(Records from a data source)

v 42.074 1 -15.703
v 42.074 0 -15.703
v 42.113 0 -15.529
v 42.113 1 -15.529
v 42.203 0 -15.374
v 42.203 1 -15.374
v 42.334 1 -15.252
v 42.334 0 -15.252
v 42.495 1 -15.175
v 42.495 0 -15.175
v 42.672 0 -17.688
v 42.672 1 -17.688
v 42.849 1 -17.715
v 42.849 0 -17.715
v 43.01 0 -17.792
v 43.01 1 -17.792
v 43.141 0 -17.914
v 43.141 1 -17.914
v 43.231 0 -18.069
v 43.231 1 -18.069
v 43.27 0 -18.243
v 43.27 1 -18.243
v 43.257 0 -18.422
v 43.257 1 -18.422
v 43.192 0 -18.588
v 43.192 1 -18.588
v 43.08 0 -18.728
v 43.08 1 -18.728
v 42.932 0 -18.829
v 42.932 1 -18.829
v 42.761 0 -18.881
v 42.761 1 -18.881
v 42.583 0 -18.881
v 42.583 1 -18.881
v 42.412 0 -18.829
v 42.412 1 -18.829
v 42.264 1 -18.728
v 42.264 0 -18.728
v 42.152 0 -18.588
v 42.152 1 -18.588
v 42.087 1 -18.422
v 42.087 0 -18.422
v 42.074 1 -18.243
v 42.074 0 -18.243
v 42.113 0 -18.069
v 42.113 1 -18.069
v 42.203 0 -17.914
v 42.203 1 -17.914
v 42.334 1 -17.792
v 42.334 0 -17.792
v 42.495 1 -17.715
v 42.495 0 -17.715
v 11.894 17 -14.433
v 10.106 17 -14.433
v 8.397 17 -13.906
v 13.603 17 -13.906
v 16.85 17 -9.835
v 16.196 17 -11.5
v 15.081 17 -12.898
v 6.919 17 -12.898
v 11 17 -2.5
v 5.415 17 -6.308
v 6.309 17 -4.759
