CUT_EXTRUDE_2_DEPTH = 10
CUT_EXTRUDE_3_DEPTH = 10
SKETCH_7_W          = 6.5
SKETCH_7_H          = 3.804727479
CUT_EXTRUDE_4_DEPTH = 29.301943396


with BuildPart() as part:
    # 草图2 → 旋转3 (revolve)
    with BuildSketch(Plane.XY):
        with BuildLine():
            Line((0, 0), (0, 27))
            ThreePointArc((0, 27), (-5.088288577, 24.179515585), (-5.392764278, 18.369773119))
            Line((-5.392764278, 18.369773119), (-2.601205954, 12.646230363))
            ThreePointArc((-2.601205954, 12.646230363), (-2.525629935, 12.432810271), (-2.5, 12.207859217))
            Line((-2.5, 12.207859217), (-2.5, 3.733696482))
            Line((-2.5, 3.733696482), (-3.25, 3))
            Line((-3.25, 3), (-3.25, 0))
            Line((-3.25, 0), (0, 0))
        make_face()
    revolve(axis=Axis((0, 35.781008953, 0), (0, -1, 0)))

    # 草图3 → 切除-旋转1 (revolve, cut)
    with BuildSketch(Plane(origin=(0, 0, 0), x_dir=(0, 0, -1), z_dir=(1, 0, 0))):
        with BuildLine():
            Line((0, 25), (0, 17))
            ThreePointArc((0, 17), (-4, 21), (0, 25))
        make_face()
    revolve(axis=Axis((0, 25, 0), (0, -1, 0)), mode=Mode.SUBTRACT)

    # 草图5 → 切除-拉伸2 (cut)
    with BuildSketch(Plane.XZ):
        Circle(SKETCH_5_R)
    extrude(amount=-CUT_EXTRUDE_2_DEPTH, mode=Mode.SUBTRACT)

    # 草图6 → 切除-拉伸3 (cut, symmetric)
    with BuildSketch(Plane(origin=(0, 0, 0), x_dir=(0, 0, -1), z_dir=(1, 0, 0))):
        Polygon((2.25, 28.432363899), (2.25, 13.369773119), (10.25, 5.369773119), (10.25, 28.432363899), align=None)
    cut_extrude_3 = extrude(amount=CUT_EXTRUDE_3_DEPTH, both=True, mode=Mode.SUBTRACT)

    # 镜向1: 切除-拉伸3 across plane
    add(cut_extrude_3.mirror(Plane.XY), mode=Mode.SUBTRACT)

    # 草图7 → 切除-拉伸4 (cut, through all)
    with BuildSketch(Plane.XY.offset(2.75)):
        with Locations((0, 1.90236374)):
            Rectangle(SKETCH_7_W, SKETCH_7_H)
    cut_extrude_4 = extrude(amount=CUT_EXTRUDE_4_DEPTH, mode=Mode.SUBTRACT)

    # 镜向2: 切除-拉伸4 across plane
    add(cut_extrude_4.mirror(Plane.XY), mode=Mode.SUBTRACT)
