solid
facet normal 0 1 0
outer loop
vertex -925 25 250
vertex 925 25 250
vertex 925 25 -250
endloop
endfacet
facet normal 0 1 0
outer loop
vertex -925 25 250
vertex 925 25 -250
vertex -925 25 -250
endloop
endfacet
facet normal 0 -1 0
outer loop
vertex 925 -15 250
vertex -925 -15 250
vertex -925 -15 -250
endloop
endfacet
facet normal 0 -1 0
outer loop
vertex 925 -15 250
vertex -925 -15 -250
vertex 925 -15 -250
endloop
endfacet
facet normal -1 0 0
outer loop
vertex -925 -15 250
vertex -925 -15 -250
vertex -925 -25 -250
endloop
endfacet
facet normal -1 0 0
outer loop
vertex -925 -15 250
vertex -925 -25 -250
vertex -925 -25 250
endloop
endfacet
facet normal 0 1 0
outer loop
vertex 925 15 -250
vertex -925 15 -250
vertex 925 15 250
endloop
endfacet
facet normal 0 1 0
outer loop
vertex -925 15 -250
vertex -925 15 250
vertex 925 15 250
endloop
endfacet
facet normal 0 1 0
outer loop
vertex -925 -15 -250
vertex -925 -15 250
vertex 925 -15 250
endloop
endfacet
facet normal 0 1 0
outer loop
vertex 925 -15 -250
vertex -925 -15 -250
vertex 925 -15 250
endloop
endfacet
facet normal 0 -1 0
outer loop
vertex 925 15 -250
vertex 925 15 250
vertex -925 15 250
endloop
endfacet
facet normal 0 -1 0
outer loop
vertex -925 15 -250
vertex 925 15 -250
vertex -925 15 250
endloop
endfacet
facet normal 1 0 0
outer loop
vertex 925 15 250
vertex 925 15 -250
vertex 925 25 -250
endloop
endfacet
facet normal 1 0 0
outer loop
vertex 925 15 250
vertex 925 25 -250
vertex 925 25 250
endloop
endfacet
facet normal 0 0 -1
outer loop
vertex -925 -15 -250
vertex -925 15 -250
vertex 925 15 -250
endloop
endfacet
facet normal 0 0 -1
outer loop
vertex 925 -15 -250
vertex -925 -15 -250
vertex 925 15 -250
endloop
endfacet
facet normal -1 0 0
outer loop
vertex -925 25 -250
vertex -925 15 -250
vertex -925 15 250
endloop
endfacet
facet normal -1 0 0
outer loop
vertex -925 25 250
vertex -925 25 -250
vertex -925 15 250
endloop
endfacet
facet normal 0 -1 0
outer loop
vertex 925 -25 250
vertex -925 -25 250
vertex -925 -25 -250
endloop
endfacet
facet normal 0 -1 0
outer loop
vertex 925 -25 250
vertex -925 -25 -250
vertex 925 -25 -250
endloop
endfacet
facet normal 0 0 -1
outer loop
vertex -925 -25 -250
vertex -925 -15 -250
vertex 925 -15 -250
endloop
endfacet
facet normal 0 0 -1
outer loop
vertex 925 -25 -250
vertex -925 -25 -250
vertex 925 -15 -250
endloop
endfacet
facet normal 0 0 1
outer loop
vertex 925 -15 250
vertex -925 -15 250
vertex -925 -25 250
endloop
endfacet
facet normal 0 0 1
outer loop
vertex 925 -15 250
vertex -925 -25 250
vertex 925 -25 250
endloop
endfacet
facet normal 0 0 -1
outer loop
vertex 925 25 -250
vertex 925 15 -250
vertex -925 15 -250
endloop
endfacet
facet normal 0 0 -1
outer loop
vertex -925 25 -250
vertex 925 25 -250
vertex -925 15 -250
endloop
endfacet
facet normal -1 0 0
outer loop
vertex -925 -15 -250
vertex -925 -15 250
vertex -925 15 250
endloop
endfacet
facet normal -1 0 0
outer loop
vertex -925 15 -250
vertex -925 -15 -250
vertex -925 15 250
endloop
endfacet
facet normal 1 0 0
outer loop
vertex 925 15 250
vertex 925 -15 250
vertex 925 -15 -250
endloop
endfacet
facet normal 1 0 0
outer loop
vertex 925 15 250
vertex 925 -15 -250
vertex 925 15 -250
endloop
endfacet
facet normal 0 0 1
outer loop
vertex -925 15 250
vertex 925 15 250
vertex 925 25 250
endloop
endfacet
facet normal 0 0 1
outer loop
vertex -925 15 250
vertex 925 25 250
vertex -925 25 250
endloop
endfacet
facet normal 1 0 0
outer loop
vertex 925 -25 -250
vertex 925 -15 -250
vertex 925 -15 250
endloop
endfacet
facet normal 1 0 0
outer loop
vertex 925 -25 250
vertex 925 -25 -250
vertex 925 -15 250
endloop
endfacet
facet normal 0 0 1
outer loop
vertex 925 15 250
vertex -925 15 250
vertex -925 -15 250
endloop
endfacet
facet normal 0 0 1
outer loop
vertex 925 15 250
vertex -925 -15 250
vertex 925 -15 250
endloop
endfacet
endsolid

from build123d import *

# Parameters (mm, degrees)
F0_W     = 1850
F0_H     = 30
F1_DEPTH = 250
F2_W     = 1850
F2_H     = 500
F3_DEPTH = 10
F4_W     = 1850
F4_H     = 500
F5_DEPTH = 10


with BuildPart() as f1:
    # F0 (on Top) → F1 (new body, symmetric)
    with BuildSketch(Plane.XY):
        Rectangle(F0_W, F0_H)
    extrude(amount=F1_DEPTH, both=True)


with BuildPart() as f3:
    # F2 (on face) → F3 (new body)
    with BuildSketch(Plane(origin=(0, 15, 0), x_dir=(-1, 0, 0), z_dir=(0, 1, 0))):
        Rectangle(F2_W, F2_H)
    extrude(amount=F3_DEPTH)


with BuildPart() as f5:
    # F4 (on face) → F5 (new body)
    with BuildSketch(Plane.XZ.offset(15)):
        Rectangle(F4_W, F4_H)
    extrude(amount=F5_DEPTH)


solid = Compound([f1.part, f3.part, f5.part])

EXERCISE DETAILS =>
Your job is to print exactly the lines that run from the top of the entries through the line with "v 43.01 0 -17.792", and no others.

EXERCISE RESULT =>
v 42.074 1 -15.703
v 42.074 0 -15.703
v 42.113 0 -15.529
v 42.113 1 -15.529
v 42.203 0 -15.374
v 42.203 1 -15.374
v 42.334 1 -15.252
v 42.334 0 -15.252
v 42.495 1 -15.175
v 42.495 0 -15.175
v 42.672 0 -17.688
v 42.672 1 -17.688
v 42.849 1 -17.715
v 42.849 0 -17.715
v 43.01 0 -17.792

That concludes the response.